江南……現在雖然還沒有叛亂,但其實已經不怎麼受朝廷控制了,而這從數十年前,就已經有了徵兆。
在大秦,如今有這麼一個說法——湖廣熟,天下足。
這話的意思,是湖廣一帶的糧食只要成熟,這天下便不會缺糧,算是將湖廣當做了大秦的糧倉,可實際上,大秦最適合種植糧食的地方,還是江南。

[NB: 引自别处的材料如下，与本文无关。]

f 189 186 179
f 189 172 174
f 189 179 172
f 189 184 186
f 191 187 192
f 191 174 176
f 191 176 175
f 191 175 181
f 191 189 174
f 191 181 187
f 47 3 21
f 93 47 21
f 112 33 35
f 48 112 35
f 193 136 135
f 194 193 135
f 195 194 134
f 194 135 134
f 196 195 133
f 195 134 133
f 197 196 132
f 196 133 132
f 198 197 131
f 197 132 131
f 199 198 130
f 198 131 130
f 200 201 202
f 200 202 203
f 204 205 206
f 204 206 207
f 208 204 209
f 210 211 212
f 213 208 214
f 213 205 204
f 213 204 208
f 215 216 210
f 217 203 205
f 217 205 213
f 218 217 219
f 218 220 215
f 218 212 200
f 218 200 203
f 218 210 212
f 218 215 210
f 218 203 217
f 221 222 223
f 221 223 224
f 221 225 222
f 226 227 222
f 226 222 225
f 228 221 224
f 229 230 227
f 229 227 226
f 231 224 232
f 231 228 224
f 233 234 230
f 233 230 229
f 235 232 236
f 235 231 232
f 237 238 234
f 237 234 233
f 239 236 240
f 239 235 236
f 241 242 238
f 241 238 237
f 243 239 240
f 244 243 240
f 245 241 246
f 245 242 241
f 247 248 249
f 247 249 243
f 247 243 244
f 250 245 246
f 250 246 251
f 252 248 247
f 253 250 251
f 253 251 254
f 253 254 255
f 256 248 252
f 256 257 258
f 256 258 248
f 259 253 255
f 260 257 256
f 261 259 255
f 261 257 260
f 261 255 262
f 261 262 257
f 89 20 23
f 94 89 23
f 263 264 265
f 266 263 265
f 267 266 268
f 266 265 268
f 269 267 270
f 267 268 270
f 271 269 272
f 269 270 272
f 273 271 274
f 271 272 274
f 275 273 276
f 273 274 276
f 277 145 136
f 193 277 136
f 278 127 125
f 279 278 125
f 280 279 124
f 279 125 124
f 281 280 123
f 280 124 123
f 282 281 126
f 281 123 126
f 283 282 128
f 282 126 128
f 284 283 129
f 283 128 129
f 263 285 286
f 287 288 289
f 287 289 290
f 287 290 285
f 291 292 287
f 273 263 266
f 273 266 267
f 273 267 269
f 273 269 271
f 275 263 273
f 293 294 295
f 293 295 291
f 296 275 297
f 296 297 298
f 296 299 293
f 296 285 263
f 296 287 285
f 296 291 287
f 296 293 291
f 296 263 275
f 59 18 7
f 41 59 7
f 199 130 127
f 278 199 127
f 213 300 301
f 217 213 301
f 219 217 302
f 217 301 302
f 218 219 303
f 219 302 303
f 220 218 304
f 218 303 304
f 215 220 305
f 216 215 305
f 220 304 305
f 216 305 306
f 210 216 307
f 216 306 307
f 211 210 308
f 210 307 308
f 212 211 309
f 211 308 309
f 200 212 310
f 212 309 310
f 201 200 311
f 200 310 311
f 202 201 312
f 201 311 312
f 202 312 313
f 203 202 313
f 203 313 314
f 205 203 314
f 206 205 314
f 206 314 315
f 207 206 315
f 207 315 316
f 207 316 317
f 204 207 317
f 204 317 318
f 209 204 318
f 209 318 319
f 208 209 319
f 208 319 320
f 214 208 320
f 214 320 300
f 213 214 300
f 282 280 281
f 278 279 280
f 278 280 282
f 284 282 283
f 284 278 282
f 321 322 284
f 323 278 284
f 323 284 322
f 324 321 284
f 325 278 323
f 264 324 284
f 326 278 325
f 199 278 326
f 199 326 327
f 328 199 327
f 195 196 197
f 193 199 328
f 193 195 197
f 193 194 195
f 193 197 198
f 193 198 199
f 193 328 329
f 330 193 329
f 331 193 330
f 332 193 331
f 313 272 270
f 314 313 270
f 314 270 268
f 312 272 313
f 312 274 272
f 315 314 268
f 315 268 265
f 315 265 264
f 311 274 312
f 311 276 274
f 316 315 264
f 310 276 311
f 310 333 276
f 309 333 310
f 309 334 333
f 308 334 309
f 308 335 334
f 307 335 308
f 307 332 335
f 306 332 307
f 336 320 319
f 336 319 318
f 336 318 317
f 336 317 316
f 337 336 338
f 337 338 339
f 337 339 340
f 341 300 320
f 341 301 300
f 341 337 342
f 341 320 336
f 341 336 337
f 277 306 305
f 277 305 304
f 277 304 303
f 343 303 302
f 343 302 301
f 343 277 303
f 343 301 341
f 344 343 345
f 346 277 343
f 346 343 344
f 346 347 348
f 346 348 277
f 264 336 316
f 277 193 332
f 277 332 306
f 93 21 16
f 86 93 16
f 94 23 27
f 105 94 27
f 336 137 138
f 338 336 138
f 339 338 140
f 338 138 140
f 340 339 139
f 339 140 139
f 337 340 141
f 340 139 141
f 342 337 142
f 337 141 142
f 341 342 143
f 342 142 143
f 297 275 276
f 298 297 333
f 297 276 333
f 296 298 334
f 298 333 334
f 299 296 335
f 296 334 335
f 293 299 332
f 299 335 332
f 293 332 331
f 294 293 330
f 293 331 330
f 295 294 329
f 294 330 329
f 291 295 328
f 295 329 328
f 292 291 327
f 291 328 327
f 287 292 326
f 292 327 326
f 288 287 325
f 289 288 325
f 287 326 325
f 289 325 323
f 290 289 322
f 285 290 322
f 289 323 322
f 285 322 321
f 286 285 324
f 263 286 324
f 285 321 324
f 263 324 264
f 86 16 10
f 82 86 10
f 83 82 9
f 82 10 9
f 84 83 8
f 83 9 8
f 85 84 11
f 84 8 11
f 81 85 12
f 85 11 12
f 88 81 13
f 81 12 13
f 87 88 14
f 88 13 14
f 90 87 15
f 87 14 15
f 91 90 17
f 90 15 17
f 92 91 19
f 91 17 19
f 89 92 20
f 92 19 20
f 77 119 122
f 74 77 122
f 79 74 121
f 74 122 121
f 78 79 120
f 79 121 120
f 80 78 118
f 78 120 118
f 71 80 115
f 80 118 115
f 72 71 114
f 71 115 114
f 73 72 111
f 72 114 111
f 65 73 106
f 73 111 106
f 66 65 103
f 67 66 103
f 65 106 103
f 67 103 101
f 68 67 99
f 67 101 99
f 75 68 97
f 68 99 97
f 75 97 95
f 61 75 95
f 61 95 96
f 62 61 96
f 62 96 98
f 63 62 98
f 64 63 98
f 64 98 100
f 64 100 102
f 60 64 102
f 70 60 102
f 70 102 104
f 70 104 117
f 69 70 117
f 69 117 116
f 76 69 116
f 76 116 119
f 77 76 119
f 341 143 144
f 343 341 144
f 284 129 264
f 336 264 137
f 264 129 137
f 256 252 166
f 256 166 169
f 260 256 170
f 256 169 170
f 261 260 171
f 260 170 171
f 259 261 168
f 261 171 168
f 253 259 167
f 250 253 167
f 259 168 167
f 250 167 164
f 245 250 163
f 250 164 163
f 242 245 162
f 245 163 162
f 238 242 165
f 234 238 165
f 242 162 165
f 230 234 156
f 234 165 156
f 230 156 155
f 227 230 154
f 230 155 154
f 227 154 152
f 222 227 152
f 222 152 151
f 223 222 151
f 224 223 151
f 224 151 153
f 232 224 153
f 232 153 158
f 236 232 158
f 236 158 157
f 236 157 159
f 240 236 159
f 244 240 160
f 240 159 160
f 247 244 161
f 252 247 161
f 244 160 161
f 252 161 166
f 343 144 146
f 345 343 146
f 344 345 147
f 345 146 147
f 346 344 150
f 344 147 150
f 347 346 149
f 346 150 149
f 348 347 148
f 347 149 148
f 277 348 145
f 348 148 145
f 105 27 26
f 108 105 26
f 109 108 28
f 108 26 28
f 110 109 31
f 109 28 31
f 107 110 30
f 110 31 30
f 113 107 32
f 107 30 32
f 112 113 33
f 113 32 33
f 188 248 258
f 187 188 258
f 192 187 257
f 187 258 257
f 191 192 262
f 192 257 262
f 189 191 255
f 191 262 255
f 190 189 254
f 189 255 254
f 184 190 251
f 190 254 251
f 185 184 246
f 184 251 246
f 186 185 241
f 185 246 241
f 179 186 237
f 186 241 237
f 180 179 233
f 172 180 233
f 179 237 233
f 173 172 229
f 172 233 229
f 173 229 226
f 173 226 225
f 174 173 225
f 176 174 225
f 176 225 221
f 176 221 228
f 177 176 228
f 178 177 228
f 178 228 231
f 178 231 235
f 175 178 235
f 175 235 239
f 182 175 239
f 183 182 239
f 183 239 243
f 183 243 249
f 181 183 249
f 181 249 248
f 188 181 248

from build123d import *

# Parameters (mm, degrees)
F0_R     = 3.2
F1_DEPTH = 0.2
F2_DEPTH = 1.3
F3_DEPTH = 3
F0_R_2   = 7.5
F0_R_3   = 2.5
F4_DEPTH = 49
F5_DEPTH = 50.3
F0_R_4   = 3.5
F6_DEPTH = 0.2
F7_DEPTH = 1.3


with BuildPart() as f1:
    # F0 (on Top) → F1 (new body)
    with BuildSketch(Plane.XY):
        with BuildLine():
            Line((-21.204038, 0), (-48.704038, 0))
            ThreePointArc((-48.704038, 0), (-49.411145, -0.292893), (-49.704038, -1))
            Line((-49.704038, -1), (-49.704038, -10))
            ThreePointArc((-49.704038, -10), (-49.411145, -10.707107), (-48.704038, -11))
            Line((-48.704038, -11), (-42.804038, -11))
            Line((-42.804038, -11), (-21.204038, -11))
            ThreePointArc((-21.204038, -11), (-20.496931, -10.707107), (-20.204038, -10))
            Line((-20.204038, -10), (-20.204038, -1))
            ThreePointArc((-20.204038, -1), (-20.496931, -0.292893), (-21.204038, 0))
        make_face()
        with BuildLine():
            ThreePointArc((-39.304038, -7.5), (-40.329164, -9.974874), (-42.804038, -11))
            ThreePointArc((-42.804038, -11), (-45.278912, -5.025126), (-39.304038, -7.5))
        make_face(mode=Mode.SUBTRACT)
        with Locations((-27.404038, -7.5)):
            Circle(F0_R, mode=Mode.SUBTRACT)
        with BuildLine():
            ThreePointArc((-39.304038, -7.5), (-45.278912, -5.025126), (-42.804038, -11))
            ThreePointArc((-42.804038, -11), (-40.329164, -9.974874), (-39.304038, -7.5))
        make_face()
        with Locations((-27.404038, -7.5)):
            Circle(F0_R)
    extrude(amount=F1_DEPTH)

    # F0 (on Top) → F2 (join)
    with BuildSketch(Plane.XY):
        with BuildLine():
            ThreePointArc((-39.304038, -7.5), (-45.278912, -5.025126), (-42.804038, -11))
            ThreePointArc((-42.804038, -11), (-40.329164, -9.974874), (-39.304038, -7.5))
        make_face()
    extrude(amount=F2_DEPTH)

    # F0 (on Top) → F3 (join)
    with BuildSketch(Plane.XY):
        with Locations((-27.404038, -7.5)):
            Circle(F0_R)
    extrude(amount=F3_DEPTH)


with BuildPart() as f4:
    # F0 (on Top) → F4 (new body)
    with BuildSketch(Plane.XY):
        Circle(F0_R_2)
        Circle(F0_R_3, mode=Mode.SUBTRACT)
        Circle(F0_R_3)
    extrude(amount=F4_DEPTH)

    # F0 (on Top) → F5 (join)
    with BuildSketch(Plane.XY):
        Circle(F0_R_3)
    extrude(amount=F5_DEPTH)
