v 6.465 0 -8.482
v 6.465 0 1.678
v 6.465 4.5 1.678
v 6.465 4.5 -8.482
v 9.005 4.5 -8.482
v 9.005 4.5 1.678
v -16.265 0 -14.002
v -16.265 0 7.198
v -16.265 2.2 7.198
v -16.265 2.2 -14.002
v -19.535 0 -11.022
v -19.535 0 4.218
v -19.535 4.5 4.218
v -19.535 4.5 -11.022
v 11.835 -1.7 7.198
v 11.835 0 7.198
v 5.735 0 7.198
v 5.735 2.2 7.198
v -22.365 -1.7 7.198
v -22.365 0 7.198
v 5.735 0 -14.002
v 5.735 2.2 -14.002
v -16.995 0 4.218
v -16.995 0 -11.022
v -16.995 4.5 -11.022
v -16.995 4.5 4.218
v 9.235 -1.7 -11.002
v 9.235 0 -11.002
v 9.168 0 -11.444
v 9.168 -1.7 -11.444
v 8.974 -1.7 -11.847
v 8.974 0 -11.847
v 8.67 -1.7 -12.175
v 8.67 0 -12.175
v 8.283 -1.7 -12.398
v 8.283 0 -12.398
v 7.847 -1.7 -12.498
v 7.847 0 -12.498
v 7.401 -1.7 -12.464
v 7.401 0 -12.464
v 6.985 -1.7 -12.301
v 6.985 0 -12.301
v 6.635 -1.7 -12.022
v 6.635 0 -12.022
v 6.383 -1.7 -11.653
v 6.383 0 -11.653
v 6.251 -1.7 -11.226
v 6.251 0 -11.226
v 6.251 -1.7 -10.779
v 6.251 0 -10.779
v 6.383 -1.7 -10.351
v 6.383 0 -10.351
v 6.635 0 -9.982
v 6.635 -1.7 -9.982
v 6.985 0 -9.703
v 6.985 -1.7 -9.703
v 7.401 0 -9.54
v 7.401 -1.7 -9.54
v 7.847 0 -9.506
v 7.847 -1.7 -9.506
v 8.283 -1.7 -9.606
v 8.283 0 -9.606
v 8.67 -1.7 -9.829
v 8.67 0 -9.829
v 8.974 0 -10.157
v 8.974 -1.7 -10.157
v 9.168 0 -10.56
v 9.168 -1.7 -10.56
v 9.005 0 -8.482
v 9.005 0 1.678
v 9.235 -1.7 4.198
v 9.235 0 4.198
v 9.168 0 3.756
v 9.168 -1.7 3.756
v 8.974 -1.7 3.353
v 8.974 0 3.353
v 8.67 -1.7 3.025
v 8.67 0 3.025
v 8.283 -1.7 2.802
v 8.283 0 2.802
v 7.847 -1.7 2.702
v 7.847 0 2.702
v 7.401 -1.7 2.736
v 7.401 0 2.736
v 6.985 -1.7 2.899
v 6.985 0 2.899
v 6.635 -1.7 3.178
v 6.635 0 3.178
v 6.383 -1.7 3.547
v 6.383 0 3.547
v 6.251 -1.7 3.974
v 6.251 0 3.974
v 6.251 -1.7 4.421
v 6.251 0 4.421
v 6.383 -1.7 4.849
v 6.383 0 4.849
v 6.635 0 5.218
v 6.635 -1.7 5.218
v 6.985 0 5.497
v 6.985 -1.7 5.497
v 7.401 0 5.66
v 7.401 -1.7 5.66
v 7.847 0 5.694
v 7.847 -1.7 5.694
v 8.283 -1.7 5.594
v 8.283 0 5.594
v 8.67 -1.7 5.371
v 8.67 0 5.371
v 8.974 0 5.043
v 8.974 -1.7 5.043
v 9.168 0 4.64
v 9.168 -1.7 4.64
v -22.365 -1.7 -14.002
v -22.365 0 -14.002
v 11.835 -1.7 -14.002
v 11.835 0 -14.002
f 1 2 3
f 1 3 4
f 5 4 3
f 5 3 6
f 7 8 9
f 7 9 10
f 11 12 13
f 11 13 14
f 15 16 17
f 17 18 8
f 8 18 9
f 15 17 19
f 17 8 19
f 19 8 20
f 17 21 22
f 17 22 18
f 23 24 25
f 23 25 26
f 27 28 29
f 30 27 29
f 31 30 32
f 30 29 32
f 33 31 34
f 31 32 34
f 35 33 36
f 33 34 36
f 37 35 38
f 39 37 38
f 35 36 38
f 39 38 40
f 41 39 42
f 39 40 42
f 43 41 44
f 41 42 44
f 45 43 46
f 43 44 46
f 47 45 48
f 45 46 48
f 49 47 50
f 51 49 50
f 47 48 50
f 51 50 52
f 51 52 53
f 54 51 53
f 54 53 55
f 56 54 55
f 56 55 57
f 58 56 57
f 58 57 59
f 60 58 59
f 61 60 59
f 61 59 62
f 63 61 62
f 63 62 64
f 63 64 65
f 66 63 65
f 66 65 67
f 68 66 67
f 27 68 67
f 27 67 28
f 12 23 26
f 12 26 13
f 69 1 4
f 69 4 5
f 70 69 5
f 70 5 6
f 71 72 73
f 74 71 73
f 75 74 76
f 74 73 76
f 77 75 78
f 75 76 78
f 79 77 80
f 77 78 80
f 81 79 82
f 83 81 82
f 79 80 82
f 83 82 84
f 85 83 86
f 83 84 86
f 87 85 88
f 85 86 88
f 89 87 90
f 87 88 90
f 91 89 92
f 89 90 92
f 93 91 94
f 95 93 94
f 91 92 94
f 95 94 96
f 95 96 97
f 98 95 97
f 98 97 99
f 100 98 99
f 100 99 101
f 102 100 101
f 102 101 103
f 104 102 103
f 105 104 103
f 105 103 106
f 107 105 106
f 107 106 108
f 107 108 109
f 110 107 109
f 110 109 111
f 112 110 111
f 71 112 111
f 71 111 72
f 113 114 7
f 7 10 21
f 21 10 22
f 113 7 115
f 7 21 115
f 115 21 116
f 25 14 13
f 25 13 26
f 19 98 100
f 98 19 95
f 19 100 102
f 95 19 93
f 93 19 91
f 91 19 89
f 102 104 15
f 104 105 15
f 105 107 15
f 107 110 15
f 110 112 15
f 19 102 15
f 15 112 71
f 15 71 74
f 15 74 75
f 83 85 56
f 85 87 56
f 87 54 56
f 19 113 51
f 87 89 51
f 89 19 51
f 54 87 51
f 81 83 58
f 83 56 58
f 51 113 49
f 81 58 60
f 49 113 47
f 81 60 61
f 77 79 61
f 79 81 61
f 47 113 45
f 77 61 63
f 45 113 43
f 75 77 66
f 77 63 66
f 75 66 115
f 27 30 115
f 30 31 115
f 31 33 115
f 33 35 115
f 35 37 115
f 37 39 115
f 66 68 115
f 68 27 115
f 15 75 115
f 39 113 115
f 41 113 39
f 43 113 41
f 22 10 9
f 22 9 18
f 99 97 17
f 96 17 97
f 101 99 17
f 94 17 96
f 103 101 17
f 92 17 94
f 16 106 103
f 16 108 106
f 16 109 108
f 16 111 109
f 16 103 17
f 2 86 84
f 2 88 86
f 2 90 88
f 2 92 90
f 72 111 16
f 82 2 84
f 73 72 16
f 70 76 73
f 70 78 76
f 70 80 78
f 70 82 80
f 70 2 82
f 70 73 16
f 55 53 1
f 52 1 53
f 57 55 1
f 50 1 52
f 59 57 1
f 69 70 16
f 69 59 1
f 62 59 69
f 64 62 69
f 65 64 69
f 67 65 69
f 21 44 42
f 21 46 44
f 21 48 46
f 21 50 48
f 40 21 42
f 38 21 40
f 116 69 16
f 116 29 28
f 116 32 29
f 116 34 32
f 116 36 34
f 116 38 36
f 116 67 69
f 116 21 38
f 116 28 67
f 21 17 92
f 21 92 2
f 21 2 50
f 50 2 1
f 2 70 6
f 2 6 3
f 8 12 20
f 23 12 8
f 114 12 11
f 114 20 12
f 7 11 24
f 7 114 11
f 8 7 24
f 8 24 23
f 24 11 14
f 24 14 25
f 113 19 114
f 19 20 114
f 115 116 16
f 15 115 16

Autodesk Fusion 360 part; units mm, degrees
sketch "Sketch1" plane through (0, 0, 0) normal (0, 1, 0) x (1, 0, 0)
  line L0 (-22.3654, 14.0021) -> (11.8346, 14.0021)
  line L1 (11.8346, 14.0021) -> (11.8346, -7.1979)
  line L2 (11.8346, -7.1979) -> (-22.3654, -7.1979)
  line L3 (-22.3654, -7.1979) -> (-22.3654, 14.0021)
  line L4 (-19.5354, 11.0221) -> (-16.9954, 11.0221)
  line L5 (-16.9954, 11.0221) -> (-16.9954, -4.2179)
  line L6 (-16.9954, -4.2179) -> (-19.5354, -4.2179)
  line L7 (-19.5354, -4.2179) -> (-19.5354, 11.0221)
  line L8 (6.4646, 8.4821) -> (9.0046, 8.4821)
  line L9 (9.0046, 8.4821) -> (9.0046, -1.6779)
  line L10 (9.0046, -1.6779) -> (6.4646, -1.6779)
  line L11 (6.4646, -1.6779) -> (6.4646, 8.4821)
  line L12 (11.8346, 3.4021) -> (-22.3654, 3.4021) construction
  line L13 (-16.2654, 14.0021) -> (5.7346, 14.0021)
  line L14 (5.7346, 14.0021) -> (5.7346, -7.1979)
  line L15 (5.7346, -7.1979) -> (-16.2654, -7.1979)
  line L16 (-16.2654, -7.1979) -> (-16.2654, 14.0021)
  line L17 (-18.2654, -4.2179) -> (-18.2654, 11.0221) construction
  line L18 (7.7346, -1.6779) -> (7.7346, 8.4821) construction
  circle A0 centre (7.7346, 11.0021) radius 1.5
  circle A1 centre (7.7346, -4.1979) radius 1.5
  line L19 (7.7346, -4.1979) -> (7.7346, 11.0021) construction
  point P0 (-16.9954, 3.4021)
  point P1 (-19.5354, 3.4021)
  point P2 (6.4646, 3.4021)
  point P3 (9.0046, 3.4021)
  dimension "d1" = 34.2
  dimension "d2" = 21.2
  dimension "d3" = 15.24
  dimension "d4" = 2.54
  dimension "d5" = 10.16
  dimension "d6" = 2.54
  dimension "d7" = 22
  dimension "d8" = 4.1
  dimension "d9" = 4.1
  dimension "d16" = 3
  dimension "d17" = 3
  dimension "d18" = 15.2
extrude "Extrude1" add sketch "Sketch1" against normal blind 1.7 contours L0 L2 L3 L16 | L0 L2 L13 L14 L15 L16 | L0 L1 L2 L14 | L4 L5 L6 L7 | L8 L9 L10 L11 | A0 | A1
extrude "Extrude2" add sketch "Sketch1" along normal blind 2.2 contours L0 L2 L13 L14 L15 L16
extrude "Extrude3" add sketch "Sketch1" along normal blind 4.5 contours L4 L5 L6 L7 | L8 L9 L10 L11
extrude "Extrude4" cut sketch "Sketch1" against normal blind 5 contours A0 | A1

北方貧瘠之地,十畝地也不見得能養活一個成年人,但在江南,一畝地就能養活一個成年人。
可是江南的糧食運不出來,江南的稅收也一年比一年少,朝廷派了官員去江南,但壓根就沒辦法掌控那邊的權利,往往只能依附那些豪門望族,甚至於,有些縣令上任之後,還要處處聽縣丞的話。
秦昱重生之後之所以選擇去西北而不是去江南,就是因為江南的情況太複雜了,而他很確信,他去了江南多半會被架空。
他到底只是一個廢人,眼下既無軍權,也無人擁戴。
只是,江南再複雜,他也必須多聯絡那邊才行,至少他將來去了西北想要糧食養兵,能依靠的就只有江南。
只一個俞家肯定是不夠的,還有誰能聯絡?秦昱試圖依靠思考來轉移注意力,但他發現在疼痛之下,自己其實壓根就沒辦法再集中精力多想。
就在這時,秦昱感覺到一隻手放在了他的腰部。
如今天冷,他穿了略厚的中衣,但依然可以清晰地感覺到放在自己腰側的那只屬於陸怡寧的手,那只手很小,卻熱乎乎的,放在他的腰側之後,他的腰部也仿佛熱了起來,好似沒最初那麼疼了。
只可惜,大約是他身上太涼,那只手上的熱乎氣很快就沒了,疼痛又一次席捲而來。
“來,睡吧。”秦昱的牙齒忍不住打顫,他伸手抱住身邊的陸怡寧,在陸怡寧的身上輕輕拍打起來,不再去想將來的事情。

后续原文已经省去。